Curta no Facebook

terça-feira, 13 de janeiro de 2015

cotidianas #345 - Bola pro Mato



O Corrêa já não tinha gostado nada de saber que a direção tinha contratado o tal de Luís Paulo, zagueiro, dizia-se clássico, que havia sido destaque do último campeonato nacional. Gostara menos ainda quando vira o fulano no dia da apresentação: brinquinho, fala mansa, sombrancelha feita...Puta merda! Aquilo não ia dar certo. Sem falar que zagueiro não podia ter nome composto. Só se fosse o nome seguido da alcunha, tipo, Tião Pedrada, Zeca Cavalo ou alguma coisa assim. Mas, agora, Luís Paulo? “Luís Paulo”, aquilo era nome de cabeleireiro.
Zagueiro pro Corrêa tinha que ser zagueiro. Zagueiro mesmo!!! Essa coisa de zagueiro jogar bonito pro Corrêa não existia. O Corrêa era daqueles que jogavam o cara no alambrado e saía fazendo cara de inocente. Sair jogando nada. Zagueiro tinha no máximo entregar direitinho pro volante e olhe lá. O certo mesmo era espanar e sentar a bicanca pro ataque. Mas não! O presidente tinha embestado com aquela coisa de melhorar a saída de bola, a transição. Essas frescuras do futebol de hoje. Ele bem que tentara convencer o vice-de-futebol que era bobagem, que tinha que impor respeito na defesa, que um cara daqueles na hora de decidir ia fraquejar, mas o homem da direção argumentava que era pra equilibrar com a característica do Corrêa, um mais duro, o outro mais técnico. Técnico,... tá bom...
A desconfiança do Corrêa só aumentou no dia da estreia do novo reforço. No vestiário, na hora de fardarem o Corrêa viu que o tal Luís Paulo depilava o peito. Putz! Aquilo não. Aí já era demais. Tinha certeza que ia dar merda.
Entraram em campo. O tal Luís Paulo era saudado pela torcida, imprensa, comissão técnica e por quem que fosse como om grande zagueiro do momento. Uma prova de que o futebol tinha salvação, de que nem só de chutões e faltas vivia um defensor.
Até que as coisas iam bem.
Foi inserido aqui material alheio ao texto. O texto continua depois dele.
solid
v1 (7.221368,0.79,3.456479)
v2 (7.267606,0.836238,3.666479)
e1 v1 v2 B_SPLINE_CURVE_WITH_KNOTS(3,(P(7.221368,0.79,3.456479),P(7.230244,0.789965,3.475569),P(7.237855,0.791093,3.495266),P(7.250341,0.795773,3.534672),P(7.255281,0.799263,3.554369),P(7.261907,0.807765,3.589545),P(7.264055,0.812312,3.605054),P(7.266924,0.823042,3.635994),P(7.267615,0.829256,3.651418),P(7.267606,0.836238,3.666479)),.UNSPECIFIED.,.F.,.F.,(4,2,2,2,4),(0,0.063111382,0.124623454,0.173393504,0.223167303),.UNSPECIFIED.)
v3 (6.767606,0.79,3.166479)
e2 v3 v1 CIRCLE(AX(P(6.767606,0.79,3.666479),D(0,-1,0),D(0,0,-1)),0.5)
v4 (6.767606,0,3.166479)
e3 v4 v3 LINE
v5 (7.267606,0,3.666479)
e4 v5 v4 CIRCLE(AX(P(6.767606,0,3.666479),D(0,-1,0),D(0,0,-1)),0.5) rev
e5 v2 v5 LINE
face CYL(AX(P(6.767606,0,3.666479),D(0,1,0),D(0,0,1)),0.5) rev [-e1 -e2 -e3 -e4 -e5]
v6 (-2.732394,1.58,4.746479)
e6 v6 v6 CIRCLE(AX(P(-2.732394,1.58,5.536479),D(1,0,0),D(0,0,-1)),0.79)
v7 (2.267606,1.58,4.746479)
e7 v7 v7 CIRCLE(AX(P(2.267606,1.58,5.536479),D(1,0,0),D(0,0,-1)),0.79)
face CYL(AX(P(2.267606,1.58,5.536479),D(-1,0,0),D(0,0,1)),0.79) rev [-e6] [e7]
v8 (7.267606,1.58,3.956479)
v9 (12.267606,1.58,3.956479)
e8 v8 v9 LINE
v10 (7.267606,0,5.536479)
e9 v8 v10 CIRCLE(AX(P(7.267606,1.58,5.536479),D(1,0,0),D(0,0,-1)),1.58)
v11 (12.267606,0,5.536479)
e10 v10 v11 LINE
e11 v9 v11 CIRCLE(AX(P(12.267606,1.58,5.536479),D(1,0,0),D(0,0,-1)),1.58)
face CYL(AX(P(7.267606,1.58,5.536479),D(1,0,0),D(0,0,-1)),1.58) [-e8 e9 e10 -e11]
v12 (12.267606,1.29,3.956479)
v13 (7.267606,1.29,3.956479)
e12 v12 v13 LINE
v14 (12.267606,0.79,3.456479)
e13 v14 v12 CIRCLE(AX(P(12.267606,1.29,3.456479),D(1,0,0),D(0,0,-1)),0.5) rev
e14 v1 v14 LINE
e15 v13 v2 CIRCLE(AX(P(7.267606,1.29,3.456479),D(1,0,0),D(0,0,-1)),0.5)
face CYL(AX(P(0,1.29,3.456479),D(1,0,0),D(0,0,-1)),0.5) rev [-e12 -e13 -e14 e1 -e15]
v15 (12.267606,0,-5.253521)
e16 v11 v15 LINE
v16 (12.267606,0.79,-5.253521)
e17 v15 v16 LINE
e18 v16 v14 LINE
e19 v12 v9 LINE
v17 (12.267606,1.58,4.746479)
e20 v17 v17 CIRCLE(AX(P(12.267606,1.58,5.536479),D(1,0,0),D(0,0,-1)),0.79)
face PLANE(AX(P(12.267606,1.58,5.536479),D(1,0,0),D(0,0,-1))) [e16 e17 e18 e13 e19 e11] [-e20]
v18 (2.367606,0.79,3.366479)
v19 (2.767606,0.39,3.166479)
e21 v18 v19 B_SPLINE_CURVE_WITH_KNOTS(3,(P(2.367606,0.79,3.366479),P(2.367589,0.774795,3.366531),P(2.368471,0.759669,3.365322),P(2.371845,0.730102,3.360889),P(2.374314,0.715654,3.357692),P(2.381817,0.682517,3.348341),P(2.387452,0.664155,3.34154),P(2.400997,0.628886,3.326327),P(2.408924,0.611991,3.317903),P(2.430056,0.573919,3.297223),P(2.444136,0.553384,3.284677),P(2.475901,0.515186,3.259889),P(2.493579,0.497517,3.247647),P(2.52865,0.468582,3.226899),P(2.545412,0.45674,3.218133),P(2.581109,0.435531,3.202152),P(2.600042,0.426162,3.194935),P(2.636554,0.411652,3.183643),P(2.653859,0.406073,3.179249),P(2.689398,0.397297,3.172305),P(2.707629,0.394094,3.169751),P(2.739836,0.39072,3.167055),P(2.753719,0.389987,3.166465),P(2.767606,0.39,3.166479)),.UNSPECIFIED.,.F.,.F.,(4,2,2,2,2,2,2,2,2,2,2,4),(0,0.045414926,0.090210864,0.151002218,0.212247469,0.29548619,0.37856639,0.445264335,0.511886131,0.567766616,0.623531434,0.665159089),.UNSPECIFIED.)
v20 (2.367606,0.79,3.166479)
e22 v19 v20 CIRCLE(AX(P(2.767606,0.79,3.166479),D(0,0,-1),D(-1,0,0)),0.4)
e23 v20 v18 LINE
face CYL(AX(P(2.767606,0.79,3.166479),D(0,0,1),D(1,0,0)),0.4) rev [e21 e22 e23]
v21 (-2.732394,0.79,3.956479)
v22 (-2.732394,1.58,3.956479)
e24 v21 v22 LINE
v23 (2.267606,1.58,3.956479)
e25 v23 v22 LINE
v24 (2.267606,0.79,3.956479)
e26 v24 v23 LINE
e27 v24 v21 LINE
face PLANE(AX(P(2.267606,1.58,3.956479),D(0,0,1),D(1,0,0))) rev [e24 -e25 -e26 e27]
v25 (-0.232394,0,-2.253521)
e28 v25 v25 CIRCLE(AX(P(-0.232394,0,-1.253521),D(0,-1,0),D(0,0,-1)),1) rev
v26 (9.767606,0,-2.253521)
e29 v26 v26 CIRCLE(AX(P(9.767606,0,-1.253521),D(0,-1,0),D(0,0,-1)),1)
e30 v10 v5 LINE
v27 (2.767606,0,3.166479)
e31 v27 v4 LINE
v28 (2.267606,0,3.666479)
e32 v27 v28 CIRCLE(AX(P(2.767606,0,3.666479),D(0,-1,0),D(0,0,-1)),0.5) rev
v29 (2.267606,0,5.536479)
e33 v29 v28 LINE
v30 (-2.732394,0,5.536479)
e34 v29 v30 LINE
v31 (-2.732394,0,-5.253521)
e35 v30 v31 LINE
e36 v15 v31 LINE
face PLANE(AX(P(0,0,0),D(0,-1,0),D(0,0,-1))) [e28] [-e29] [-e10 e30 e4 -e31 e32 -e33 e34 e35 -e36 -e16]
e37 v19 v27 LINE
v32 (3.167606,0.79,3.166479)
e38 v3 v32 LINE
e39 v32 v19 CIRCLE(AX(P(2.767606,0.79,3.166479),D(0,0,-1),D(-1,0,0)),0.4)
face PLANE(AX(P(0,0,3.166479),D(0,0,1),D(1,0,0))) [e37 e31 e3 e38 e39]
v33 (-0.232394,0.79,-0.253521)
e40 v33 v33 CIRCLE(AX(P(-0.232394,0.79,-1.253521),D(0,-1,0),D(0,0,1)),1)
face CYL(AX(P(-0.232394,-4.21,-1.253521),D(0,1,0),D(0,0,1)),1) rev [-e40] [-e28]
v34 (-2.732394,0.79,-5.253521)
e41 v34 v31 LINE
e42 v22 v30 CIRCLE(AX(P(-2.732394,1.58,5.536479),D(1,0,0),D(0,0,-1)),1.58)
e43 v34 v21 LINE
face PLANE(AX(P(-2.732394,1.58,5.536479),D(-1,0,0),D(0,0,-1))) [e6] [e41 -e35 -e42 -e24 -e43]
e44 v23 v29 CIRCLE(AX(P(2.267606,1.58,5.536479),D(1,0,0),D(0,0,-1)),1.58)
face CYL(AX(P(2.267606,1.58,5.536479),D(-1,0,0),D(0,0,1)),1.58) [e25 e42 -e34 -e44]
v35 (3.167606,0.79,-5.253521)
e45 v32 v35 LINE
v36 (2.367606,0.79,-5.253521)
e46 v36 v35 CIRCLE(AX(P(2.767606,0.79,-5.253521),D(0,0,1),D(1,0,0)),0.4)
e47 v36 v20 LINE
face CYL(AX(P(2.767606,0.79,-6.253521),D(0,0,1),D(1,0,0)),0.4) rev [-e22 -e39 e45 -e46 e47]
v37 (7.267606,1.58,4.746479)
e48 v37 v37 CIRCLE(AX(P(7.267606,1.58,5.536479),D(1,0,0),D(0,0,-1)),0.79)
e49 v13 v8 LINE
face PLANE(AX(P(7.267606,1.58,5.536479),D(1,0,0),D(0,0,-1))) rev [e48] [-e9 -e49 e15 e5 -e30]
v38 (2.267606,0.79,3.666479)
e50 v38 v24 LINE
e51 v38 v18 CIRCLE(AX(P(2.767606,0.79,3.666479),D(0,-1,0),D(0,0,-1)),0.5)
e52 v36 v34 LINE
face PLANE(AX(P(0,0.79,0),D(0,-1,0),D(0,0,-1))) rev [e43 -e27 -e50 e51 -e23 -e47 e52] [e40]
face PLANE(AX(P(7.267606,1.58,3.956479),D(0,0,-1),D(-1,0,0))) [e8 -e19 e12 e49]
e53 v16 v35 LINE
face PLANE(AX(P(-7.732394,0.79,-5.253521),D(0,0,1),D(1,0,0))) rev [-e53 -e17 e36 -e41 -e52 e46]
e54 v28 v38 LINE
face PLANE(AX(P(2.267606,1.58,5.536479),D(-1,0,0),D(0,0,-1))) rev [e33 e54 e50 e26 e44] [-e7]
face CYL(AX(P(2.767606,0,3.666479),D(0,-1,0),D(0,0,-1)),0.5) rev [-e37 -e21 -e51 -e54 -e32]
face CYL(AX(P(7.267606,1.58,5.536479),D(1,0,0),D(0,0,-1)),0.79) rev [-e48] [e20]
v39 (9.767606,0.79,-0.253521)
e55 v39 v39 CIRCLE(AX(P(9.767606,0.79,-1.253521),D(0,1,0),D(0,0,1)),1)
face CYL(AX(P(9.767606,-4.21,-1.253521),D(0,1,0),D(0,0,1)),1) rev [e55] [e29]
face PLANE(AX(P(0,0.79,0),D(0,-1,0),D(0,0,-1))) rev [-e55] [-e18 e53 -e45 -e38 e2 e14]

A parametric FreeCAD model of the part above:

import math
import FreeCAD as App
import Part
import Sketcher
Q = App.Units.Quantity


def edges_at(feature, points):
    """Names of the edges that pass closest to the given points."""
    edges = feature.Shape.Edges
    near = lambda p: min(range(len(edges)), key=lambda i: edges[i].distToShape(Part.Vertex(*p))[0])
    return sorted({f"Edge{near(p) + 1}" for p in points})


def add_polygon(sketch, points):
    """Adds a closed chain of lines whose ends are joined by coincident constraints."""
    first, n = sketch.GeometryCount, len(points)
    for a, b in zip(points, points[1:] + points[:1]):
        sketch.addGeometry(Part.LineSegment(App.Vector(*a, 0), App.Vector(*b, 0)), False)
    for i in range(n):
        sketch.addConstraint(Sketcher.Constraint("Coincident", first + i, 2, first + (i + 1) % n, 1))

doc = App.newDocument("Part")
body = doc.addObject("PartDesign::Body", "Body")

sketch1 = body.newObject("Sketcher::SketchObject", "Sketch")
sketch1.AttachmentSupport = (doc.getObject("XZ_Plane"), [""])
sketch1.MapMode = "FlatFace"
add_polygon(sketch1, [(-8, -5), (-8, 5), (17, 5), (17, -5)])
sketch1.addConstraint([
    Sketcher.Constraint("Vertical", 0),
    Sketcher.Constraint("Horizontal", 1),
    Sketcher.Constraint("Vertical", 2),
    Sketcher.Constraint("Horizontal", 3),
    Sketcher.Constraint("DistanceX", 1, 1, 1, 2, Q("25 mm")),
    Sketcher.Constraint("DistanceY", 0, 1, 0, 2, Q("10 mm")),
    Sketcher.Constraint("DistanceY", -1, 1, 0, 2, Q("4.746479 mm")),
    Sketcher.Constraint("DistanceX", 0, 2, -1, 1, Q("7.732394 mm")),
])
pad1 = body.newObject("PartDesign::Pad", "Pad")
pad1.Profile = sketch1
pad1.Length = 0.79
pad1.Reversed = True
De certa forma, mesmo com a implicância do Corrêa, parecia que os dois se completavam mesmo, metade técnica, metade força, se bem que não haviam sido muito exigidos naquele jogo até então. Grande superioridade, time no ataque praticamente o tempo todo, dava até por garoto com nome de cabeleireiro se exibir um pouco subindo pro ataque ou ligando os meias com um passe de efeito, mas o problema é que o jogo não saía daquele incômodo zero a zero.
A teoria toda do zagueiro clássico ia bem até que lá pela metade do segundo tempo, ali pela intermediária, o tal do Luís Paulo recebeu a bola meio enforcada mas mesmo assim tentou se livrar do atacante com uma ginga de corpo pra sair jogando. Pressionado pelo centroavante cascudo, velho de guerra, se enrolou todo, se estatelou no chão e o goleador dos caras saiu com ela dominada praticamente sozinho em direção ao gol. O Corrêa que já estava prevendo que uma hora aquela palhaçada ia dar errado estava extremamente atento e por isso não muito longe da jogada. O atacante avançava veloz vertical em direção ao gol enquanto o Corrêa fazia uma diagonal desesperada atalhando o caminho. Percebendo a aproximação do zagueiro que corria em sua direção como um guepardo faminto em perseguição a uma gazela, o atacante tentou precipitar o chute ainda antes da entrada da área, mas assim que o avante adversário armara o tiro, o Corrêa com um impulso de mais ou menos uns três metros, voou com os dois pés em direção ao centroavante, levantando tudo que encontrara pela frente. Só o que se viu foi o atacante se contorcendo de dor e um buraco do tufo de grama levantado no gramado.
O Corrêa nem esperou o cartão que tinha certeza que tomaria e já sabia a cor. Levantou e foi caminhando em direção ao vestiário. Às suas costas uma pequena confusão se formava, jogadores se empurravam, juiz exibia o cartão vermelho e o departamento médico atendia o atacante que não voltaria para o jogo naquele dia e provavelmente aos gramados por alguns meses.
Antes de descer para o vestiário lançou um olhar fuirioso para o técnico e disse;
- Ó o teu zagueirinho aí. Ele que não acostume que eu não vou salvar a pele dele sempre.
E desceu.
O sacrifício do Corrêa naquele jogo não adiantou muito. A falta na frente da área, ali pela meia esquerda, foi batida com maestria pelo lateral-direito do time adversário. No ângulo. Indefensável.